*Work request*.
Nothing but the lines below between the line holding "f 109 100 112" and the line holding "f 151 150 144", inclusive, should appear in the answer, each set down exactly.

*Information*.
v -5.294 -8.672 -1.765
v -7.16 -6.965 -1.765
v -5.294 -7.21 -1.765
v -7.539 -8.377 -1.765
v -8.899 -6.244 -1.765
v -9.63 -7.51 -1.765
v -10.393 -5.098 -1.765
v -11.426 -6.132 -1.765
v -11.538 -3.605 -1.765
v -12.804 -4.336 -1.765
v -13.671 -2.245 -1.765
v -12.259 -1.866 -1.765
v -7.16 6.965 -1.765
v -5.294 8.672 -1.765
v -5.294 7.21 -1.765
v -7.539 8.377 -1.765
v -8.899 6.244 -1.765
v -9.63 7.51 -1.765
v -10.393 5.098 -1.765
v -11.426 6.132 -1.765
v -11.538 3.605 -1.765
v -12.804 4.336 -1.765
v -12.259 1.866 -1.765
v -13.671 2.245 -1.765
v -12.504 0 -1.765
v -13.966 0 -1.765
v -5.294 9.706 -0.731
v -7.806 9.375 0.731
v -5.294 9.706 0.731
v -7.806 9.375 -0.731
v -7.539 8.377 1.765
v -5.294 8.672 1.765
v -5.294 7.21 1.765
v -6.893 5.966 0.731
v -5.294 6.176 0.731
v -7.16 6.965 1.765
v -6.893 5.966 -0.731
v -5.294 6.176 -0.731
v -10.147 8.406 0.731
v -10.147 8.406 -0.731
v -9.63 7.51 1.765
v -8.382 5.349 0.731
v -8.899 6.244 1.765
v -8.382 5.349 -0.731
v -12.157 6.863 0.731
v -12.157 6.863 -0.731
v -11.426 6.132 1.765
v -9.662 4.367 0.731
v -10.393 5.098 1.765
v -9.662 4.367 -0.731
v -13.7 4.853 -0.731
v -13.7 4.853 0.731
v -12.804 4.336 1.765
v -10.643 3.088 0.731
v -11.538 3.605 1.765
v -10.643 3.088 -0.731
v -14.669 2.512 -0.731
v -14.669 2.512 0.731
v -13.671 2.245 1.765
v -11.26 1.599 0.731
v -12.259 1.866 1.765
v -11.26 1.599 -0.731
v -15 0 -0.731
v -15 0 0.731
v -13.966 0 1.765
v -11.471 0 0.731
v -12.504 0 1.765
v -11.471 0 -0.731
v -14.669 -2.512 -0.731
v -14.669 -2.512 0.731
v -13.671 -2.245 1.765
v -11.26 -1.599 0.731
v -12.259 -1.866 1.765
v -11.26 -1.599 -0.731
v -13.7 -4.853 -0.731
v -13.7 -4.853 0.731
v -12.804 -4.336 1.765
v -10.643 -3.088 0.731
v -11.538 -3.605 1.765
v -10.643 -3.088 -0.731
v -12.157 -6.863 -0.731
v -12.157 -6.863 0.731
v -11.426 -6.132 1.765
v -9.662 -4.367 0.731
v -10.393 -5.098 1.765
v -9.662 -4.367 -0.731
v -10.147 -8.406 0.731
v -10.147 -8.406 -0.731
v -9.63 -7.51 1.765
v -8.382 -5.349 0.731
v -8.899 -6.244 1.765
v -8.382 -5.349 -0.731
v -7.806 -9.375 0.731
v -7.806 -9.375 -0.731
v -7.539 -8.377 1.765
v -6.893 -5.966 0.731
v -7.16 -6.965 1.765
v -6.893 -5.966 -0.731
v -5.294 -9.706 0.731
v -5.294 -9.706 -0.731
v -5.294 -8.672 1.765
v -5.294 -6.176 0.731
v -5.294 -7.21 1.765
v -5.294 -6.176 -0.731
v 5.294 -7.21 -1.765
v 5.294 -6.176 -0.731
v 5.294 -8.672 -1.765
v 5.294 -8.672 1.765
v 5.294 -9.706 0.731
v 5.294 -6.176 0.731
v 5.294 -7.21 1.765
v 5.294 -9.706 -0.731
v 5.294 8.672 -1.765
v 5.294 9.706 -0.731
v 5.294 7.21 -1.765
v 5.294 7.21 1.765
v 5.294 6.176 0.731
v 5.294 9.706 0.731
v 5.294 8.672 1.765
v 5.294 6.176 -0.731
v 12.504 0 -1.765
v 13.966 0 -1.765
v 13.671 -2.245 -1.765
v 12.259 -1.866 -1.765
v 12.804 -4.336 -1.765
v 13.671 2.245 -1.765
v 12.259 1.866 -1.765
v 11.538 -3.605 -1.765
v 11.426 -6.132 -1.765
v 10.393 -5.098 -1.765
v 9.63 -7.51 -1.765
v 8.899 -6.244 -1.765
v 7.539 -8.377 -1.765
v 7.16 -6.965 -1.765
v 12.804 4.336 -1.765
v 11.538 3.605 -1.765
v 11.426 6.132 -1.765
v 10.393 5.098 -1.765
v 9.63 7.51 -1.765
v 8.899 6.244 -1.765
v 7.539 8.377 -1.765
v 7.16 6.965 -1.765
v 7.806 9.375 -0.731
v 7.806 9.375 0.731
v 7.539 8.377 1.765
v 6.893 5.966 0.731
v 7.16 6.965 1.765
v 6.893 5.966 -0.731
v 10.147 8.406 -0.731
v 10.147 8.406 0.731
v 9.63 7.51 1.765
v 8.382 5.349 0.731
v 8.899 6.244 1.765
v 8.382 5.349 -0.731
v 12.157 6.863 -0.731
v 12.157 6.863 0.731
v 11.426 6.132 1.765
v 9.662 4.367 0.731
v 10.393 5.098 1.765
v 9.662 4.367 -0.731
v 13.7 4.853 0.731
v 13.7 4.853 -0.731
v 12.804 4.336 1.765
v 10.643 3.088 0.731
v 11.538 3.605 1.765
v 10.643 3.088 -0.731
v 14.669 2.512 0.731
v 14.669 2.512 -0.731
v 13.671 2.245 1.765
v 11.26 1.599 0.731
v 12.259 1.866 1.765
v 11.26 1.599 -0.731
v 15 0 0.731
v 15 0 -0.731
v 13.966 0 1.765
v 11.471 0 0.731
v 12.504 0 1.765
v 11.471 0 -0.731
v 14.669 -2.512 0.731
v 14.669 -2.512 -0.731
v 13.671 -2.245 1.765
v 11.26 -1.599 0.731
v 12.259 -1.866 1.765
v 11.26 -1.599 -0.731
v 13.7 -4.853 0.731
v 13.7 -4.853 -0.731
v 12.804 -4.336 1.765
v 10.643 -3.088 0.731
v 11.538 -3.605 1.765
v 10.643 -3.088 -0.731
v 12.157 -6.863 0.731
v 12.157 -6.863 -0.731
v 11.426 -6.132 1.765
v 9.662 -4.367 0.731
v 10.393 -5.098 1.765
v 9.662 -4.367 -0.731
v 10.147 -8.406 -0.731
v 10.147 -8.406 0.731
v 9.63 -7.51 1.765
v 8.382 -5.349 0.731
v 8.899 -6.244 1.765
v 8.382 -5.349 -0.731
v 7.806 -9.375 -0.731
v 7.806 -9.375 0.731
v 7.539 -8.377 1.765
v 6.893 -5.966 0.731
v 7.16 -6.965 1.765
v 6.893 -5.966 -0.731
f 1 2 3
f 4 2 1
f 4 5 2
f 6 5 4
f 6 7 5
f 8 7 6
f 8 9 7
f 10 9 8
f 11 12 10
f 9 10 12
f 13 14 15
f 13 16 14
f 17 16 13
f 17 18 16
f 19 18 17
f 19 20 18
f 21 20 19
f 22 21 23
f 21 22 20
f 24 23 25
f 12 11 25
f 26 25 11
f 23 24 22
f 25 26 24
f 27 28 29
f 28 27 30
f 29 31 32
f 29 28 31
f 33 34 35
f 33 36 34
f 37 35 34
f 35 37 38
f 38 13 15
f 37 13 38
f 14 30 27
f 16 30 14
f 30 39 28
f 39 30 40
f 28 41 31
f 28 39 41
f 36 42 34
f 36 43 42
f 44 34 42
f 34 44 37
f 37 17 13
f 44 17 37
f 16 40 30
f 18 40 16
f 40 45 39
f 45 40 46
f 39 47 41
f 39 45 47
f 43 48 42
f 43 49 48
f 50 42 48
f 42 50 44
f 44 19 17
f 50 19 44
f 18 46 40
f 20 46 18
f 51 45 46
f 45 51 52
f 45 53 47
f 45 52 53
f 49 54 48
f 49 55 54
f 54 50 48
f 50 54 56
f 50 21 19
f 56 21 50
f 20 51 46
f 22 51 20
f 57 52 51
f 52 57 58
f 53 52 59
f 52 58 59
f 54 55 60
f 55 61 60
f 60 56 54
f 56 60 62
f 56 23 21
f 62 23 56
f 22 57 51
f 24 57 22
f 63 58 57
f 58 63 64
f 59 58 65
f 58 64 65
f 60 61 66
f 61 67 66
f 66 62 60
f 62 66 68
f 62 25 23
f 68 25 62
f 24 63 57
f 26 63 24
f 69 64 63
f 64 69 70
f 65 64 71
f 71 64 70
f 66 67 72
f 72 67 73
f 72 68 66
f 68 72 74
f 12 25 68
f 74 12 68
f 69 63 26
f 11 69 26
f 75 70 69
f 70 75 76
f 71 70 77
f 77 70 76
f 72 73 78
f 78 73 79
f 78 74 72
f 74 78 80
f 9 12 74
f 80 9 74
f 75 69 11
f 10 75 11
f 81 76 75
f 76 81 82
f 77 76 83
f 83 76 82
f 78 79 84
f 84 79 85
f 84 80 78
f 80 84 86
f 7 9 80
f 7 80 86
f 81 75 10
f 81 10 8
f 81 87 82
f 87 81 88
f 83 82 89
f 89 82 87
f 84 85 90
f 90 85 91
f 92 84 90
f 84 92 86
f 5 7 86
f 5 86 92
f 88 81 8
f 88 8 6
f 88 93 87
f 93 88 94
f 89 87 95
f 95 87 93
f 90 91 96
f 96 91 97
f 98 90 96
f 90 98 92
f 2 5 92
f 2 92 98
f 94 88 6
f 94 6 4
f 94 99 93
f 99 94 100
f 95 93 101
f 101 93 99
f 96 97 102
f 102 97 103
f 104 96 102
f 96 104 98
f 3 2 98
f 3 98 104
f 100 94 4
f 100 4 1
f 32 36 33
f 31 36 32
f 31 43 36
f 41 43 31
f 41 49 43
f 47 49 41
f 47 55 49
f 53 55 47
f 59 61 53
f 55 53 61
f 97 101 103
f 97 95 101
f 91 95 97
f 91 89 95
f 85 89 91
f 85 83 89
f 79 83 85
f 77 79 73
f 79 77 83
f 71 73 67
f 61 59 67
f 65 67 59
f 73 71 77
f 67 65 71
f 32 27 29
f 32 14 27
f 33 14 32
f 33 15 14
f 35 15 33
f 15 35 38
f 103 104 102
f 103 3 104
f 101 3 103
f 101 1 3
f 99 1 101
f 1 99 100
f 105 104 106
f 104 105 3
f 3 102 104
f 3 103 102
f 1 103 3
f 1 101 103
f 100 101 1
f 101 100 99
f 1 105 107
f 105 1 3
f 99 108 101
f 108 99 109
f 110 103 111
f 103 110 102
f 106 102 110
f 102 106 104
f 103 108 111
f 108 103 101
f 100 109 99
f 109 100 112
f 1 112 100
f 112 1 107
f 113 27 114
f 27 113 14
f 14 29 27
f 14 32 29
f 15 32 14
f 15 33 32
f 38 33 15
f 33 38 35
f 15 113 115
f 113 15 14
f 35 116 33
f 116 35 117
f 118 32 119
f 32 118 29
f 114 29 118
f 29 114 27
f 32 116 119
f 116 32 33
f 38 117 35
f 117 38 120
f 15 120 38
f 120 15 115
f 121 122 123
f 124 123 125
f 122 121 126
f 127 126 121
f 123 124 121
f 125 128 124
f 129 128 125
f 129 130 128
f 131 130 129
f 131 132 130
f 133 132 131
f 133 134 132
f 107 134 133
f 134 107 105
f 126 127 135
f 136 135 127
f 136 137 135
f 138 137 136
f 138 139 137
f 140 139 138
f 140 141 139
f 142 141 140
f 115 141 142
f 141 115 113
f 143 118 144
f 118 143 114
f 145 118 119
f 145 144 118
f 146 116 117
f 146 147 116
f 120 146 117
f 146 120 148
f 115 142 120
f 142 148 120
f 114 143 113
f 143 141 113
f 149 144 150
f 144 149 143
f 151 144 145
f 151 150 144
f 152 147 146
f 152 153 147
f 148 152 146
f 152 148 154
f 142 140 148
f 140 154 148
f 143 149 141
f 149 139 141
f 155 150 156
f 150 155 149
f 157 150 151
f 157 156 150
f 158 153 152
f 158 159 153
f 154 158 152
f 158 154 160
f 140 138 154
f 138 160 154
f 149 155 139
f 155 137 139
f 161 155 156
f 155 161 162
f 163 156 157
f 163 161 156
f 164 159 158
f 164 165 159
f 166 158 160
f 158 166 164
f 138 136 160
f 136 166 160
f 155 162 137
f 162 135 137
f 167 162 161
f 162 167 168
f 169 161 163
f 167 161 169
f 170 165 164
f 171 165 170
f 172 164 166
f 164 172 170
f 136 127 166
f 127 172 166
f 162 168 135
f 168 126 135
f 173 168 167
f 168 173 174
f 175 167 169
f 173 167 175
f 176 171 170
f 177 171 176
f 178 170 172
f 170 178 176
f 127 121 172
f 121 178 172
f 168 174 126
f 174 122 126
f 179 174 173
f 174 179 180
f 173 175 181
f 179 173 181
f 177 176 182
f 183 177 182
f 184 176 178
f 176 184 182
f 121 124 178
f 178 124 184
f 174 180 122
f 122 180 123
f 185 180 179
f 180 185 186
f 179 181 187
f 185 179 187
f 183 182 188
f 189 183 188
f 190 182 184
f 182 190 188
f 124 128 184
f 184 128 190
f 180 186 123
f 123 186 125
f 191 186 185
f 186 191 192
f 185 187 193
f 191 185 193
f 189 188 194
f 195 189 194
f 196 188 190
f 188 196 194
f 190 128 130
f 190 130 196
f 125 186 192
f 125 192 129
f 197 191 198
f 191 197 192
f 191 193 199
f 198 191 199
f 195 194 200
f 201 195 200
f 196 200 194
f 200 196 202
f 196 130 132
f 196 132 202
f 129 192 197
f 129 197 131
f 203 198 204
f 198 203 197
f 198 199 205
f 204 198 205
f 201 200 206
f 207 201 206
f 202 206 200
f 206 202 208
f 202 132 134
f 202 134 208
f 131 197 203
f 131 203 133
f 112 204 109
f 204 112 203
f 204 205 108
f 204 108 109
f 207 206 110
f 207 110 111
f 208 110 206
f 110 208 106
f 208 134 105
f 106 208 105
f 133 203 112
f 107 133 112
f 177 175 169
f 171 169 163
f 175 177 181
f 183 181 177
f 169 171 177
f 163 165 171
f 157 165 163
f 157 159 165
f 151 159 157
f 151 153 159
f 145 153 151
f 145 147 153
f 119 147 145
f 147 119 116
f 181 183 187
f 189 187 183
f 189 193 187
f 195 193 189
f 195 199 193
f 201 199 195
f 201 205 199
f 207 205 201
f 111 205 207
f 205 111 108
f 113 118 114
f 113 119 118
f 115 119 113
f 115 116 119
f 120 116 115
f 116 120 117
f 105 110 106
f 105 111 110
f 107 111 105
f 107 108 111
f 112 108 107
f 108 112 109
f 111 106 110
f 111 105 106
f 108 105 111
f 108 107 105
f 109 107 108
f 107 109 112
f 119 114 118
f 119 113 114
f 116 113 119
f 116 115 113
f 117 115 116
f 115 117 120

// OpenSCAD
od = 30;
aspect_ratio = 6.5;
gauge = od / (aspect_ratio + 2);

module octagon_2d(gauge) {
  intersection_for(a = [0, 45])
    rotate([0, 0, a])
      square(gauge, center=true);
}

module torus(od, gauge, gap_angle) {
  rotate([0, 0, gap_angle])
    rotate_extrude($fn=24, angle=360-2*gap_angle)
      translate([od/2-gauge/2, 0])
        octagon_2d(gauge);
}

module ring(gap=true) {
  gap_angle = gap ? 7 : 0;
  
  torus(od, gauge, gap_angle);
  
  // Round tips.
  if (gap)
    for (a = [-1, 1])
      scale([1, a, 1])
        hull()
          for (packet = [[1.2, 0.6], [gap_angle, 1]])
            rotate([0, 0, -packet[0]])
              translate([od/2-gauge/2, 0])
                rotate([90, 0, 0])
                  linear_extrude(0.0001)
                    scale(packet[1])
                      octagon_2d(gauge);
}

module border_link() {
  my_od = gauge*5.5;
  length = od;
  
  for (a = [-1, 1]) {
    scale([a, 1, 1]) {
      translate([length/2-my_od/2, 0, 0]) {
        intersection() {
          torus(my_od, gauge, 0);
          translate([(my_od+1)/2, 0, 0])
            cube(my_od+1, center=true);
        }
      }
      
      for (b = [-1, 1])
        translate([0, b*(my_od/2-gauge/2), 0])
          rotate([0, 90, 0])
            linear_extrude(length/2-my_od/2)
              octagon_2d(gauge);
    }
  }
}

border_link();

*Result of the task*.
f 109 100 112
f 1 112 100
f 112 1 107
f 113 27 114
f 27 113 14
f 14 29 27
f 14 32 29
f 15 32 14
f 15 33 32
f 38 33 15
f 33 38 35
f 15 113 115
f 113 15 14
f 35 116 33
f 116 35 117
f 118 32 119
f 32 118 29
f 114 29 118
f 29 114 27
f 32 116 119
f 116 32 33
f 38 117 35
f 117 38 120
f 15 120 38
f 120 15 115
f 121 122 123
f 124 123 125
f 122 121 126
f 127 126 121
f 123 124 121
f 125 128 124
f 129 128 125
f 129 130 128
f 131 130 129
f 131 132 130
f 133 132 131
f 133 134 132
f 107 134 133
f 134 107 105
f 126 127 135
f 136 135 127
f 136 137 135
f 138 137 136
f 138 139 137
f 140 139 138
f 140 141 139
f 142 141 140
f 115 141 142
f 141 115 113
f 143 118 144
f 118 143 114
f 145 118 119
f 145 144 118
f 146 116 117
f 146 147 116
f 120 146 117
f 146 120 148
f 115 142 120
f 142 148 120
f 114 143 113
f 143 141 113
f 149 144 150
f 144 149 143
f 151 144 145
f 151 150 144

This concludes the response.